Natural Image Classification via Quasi-Cyclic Graph Ensembles and Random-Bond Ising Models at the Nishimori Temperature
This addresses the problem of computational efficiency in image classification for AI applications, though it appears incremental as it builds on existing physics and topology concepts.
The paper tackles efficient multi-class image classification by interpreting high-dimensional features as spins on a quasi-cyclic graph and operating a Random-Bond Ising Model at the Nishimori temperature to maximize class separability, achieving 98.7% accuracy on ImageNet-10 and 82.7% on ImageNet-100 with 40x fewer parameters.

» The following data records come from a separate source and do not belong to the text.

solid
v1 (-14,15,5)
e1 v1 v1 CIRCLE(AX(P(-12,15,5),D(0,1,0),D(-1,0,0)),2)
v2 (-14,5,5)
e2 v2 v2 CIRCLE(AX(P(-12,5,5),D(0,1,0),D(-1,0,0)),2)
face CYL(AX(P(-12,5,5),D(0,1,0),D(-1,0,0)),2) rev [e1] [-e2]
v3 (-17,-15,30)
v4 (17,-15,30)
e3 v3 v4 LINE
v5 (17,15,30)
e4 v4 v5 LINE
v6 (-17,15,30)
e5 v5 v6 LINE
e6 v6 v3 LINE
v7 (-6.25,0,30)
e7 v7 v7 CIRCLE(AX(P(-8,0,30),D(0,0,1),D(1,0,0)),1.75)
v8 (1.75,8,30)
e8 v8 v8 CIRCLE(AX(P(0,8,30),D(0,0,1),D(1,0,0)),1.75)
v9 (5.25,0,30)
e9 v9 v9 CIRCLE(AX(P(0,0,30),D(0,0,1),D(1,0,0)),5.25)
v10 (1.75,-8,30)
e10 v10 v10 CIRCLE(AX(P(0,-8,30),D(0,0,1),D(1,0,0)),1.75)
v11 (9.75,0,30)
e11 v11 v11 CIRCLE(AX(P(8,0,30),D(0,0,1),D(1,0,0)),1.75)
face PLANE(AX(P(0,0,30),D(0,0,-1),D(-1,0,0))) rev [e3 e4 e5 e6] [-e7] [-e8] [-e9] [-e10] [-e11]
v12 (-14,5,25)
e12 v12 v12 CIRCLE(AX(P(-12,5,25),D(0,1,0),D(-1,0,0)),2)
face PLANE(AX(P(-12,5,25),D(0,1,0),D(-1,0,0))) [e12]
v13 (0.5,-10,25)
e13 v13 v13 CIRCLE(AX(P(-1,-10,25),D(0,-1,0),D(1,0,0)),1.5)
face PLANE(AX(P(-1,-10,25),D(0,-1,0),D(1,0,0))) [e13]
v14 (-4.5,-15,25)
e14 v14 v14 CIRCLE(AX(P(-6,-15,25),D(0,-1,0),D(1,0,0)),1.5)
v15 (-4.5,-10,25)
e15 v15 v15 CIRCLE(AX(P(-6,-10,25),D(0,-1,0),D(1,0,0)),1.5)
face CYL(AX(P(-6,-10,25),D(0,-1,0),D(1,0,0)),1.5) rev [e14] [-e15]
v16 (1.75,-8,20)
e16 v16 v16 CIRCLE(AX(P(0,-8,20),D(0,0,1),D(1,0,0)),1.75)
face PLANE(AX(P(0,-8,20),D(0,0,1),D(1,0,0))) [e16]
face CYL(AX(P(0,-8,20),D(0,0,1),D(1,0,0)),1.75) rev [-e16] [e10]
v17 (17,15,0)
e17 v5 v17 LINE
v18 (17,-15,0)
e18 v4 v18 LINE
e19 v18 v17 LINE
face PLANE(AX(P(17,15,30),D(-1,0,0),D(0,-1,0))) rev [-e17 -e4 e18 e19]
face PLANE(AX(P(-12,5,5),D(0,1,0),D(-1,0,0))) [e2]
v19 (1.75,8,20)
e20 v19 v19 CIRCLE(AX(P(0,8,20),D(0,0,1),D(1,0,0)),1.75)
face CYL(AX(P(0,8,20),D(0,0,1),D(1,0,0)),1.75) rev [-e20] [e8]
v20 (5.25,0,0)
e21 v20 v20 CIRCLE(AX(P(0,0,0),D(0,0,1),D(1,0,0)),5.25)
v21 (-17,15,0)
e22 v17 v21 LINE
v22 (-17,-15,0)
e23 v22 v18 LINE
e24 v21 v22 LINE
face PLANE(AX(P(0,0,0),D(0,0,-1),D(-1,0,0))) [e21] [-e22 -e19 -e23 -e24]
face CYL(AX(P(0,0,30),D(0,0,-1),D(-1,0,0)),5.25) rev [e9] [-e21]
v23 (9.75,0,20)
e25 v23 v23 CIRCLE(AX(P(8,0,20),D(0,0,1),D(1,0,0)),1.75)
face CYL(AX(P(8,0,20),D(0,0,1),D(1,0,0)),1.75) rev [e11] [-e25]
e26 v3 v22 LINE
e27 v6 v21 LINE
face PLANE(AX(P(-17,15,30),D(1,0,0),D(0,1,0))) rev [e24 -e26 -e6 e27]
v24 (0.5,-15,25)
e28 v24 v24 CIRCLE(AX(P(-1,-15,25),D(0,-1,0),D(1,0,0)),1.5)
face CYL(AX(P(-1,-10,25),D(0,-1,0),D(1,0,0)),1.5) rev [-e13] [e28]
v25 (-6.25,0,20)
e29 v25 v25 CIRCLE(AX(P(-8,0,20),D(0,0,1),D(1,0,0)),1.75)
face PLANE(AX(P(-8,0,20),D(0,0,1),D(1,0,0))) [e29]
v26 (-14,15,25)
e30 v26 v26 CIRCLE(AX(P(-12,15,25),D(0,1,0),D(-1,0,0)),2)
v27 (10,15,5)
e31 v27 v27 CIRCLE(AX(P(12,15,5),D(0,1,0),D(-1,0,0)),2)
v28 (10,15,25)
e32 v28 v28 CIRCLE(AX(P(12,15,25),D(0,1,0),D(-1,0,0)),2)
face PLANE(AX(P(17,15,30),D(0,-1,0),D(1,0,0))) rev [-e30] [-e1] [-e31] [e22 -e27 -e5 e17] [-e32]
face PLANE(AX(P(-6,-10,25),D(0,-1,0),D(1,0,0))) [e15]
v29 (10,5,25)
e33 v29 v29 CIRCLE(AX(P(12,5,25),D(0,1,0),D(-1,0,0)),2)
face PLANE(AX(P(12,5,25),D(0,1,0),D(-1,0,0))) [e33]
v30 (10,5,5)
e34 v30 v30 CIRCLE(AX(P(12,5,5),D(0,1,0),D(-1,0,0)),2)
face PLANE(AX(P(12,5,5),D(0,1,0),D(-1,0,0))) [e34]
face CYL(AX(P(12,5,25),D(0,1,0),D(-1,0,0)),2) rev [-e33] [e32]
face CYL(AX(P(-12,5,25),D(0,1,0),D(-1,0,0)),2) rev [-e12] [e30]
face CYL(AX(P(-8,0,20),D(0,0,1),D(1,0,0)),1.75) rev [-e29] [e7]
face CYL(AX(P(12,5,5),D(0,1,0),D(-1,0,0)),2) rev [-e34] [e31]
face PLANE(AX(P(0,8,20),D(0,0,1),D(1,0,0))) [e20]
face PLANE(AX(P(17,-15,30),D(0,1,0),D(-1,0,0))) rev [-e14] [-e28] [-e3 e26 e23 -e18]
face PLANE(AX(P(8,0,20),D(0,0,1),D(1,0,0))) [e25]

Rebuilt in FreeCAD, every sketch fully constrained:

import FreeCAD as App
import Part
import Sketcher
from FreeCAD import Vector


def add_polygon(sketch, points):
    """Adds a closed chain of lines whose ends are joined by coincident constraints."""
    first, n = sketch.GeometryCount, len(points)
    for a, b in zip(points, points[1:] + points[:1]):
        sketch.addGeometry(Part.LineSegment(App.Vector(*a, 0), App.Vector(*b, 0)), False)
    for i in range(n):
        sketch.addConstraint(Sketcher.Constraint("Coincident", first + i, 2, first + (i + 1) % n, 1))

doc = App.newDocument("Part")
body = doc.addObject("PartDesign::Body", "Body")

sketch1 = body.newObject("Sketcher::SketchObject", "Sketch")
sketch1.AttachmentSupport = (doc.getObject("XY_Plane"), [""])
sketch1.MapMode = "FlatFace"
add_polygon(sketch1, [(-17, 15), (-17, -15), (17, -15), (17, 15)])
sketch1.addGeometry(Part.Circle(Vector(0, 0, 0), Vector(0, 0, 1), 5), False)
sketch1.addConstraint([
    Sketcher.Constraint("Vertical", 0),
    Sketcher.Constraint("Horizontal", 1),
    Sketcher.Constraint("Vertical", 2),
    Sketcher.Constraint("Horizontal", 3),
    Sketcher.Constraint("Coincident", 4, 3, -1, 1),
    Sketcher.Constraint("Symmetric", 0, 2, 2, 2, -1, 1),
    Sketcher.Constraint("Diameter", 4, 10.5),
    Sketcher.Constraint("DistanceX", 1, 1, 1, 2, 34.0),
    Sketcher.Constraint("DistanceY", 0, 2, 0, 1, 30.0),
])
pad1 = body.newObject("PartDesign::Pad", "Pad")
pad1.Profile = sketch1
pad1.Length = 30

sketch2 = body.newObject("Sketcher::SketchObject", "Sketch001")
sketch2.AttachmentSupport = (doc.getObject("XY_Plane"), [""])
sketch2.MapMode = "FlatFace"
sketch2.AttachmentOffset = App.Placement(Vector(0, 0, 30), App.Rotation())
sketch2.addGeometry([
    Part.Circle(Vector(-8, 0, 0), Vector(0, 0, 1), 1.8),
    Part.Circle(Vector(0, 8, 0), Vector(0, 0, 1), 1.8),
    Part.Circle(Vector(8, 0, 0), Vector(0, 0, 1), 1.8),
    Part.Circle(Vector(0, -8, 0), Vector(0, 0, 1), 1.8),
], False)
sketch2.addConstraint([
    Sketcher.Constraint("Equal", 0, 1),
    Sketcher.Constraint("Equal", 1, 2),
    Sketcher.Constraint("Equal", 2, 3),
    Sketcher.Constraint("Symmetric", 0, 3, 2, 3, -1, 1),
    Sketcher.Constraint("Symmetric", 1, 3, 3, 3, -1, 1),
    Sketcher.Constraint("PointOnObject", 0, 3, -1),
    Sketcher.Constraint("PointOnObject", 1, 3, -2),
    Sketcher.Constraint("Diameter", 0, 3.5),
    Sketcher.Constraint("DistanceX", 0, 3, -1, 1, 8.0),
    Sketcher.Constraint("DistanceY", -1, 1, 1, 3, 8.0),
])
pocket1 = body.newObject("PartDesign::Pocket", "Pocket")
pocket1.Profile = sketch2
pocket1.Length = 10

sketch3 = body.newObject("Sketcher::SketchObject", "Sketch002")
sketch3.AttachmentSupport = (doc.getObject("XZ_Plane"), [""])
sketch3.MapMode = "FlatFace"
sketch3.AttachmentOffset = App.Placement(Vector(0, 0, -15), App.Rotation())
sketch3.addGeometry([
    Part.Circle(Vector(12, 25, 0), Vector(0, 0, 1), 2),
    Part.Circle(Vector(-12, 25, 0), Vector(0, 0, 1), 2),
    Part.Circle(Vector(-12, 5, 0), Vector(0, 0, 1), 2),
    Part.Circle(Vector(12, 5, 0), Vector(0, 0, 1), 2),
], False)
sketch3.addConstraint([
    Sketcher.Constraint("Equal", 0, 1),
    Sketcher.Constraint("Equal", 1, 2),
    Sketcher.Constraint("Equal", 2, 3),
    Sketcher.Constraint("Symmetric", 0, 3, 1, 3, -2),
    Sketcher.Constraint("Symmetric", 2, 3, 3, 3, -2),
    Sketcher.Constraint("Vertical", 1, 3, 2, 3),
    Sketcher.Constraint("Diameter", 0, 4.0),
    Sketcher.Constraint("DistanceX", -1, 1, 0, 3, 12.0),
    Sketcher.Constraint("DistanceY", -1, 1, 0, 3, 25.0),
    Sketcher.Constraint("DistanceY", -1, 1, 2, 3, 5.0),
])
pocket2 = body.newObject("PartDesign::Pocket", "Pocket001")
pocket2.Profile = sketch3
pocket2.Length = 10
pocket2.Reversed = True

sketch4 = body.newObject("Sketcher::SketchObject", "Sketch003")
sketch4.AttachmentSupport = (doc.getObject("XZ_Plane"), [""])
sketch4.MapMode = "FlatFace"
sketch4.AttachmentOffset = App.Placement(Vector(0, 0, 15), App.Rotation())
sketch4.addGeometry([
    Part.Circle(Vector(-1, 25, 0), Vector(0, 0, 1), 1.5),
    Part.Circle(Vector(-6, 25, 0), Vector(0, 0, 1), 1.5),
], False)
sketch4.addConstraint([
    Sketcher.Constraint("Equal", 0, 1),
    Sketcher.Constraint("Horizontal", 0, 3, 1, 3),
    Sketcher.Constraint("Diameter", 0, 3.0),
    Sketcher.Constraint("DistanceX", 0, 3, -1, 1, 1.0),
    Sketcher.Constraint("DistanceY", -1, 1, 0, 3, 25.0),
    Sketcher.Constraint("DistanceX", 1, 3, -1, 1, 6.0),
])
pocket3 = body.newObject("PartDesign::Pocket", "Pocket002")
pocket3.Profile = sketch4
pocket3.Length = 5

doc.recompute()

We present a unified framework combining statistical physics, coding theory, and algebraic topology for efficient multi-class image classification. High-dimensional feature vectors from a frozen MobileNetV2 backbone are interpreted as spins on a sparse Multi-Edge Type quasi-cyclic LDPC (MET-QC-LDPC) graph, forming a Random-Bond Ising Model (RBIM). We operate this RBIM at its Nishimori temperature, $β_N$, where the smallest eigenvalue of the Bethe-Hessian matrix vanishes, maximizing class separability. Our theoretical contribution establishes a correspondence between local trapping sets in the code's graph and topological invariants (Betti numbers, bordism classes) of the feature manifold. A practical algorithm estimates $β_N$ efficiently with a quadratic interpolant and Newton correction, achieving a six-fold speed-up over bisection. Guided by topology, we design spherical and toroidal MET-QC-LDPC graph ensembles, using permanent bounds to suppress harmful trapping sets. This compresses 1280-dimensional features to 32 or 64 dimensions for ImageNet-10 and -100 subsets. Despite massive compression (40x fewer parameters), we achieve 98.7% accuracy on ImageNet-10 and 82.7% on ImageNet-100, demonstrating that topology-guided graph design yields highly efficient, physics-inspired embeddings with state-of-the-art performance.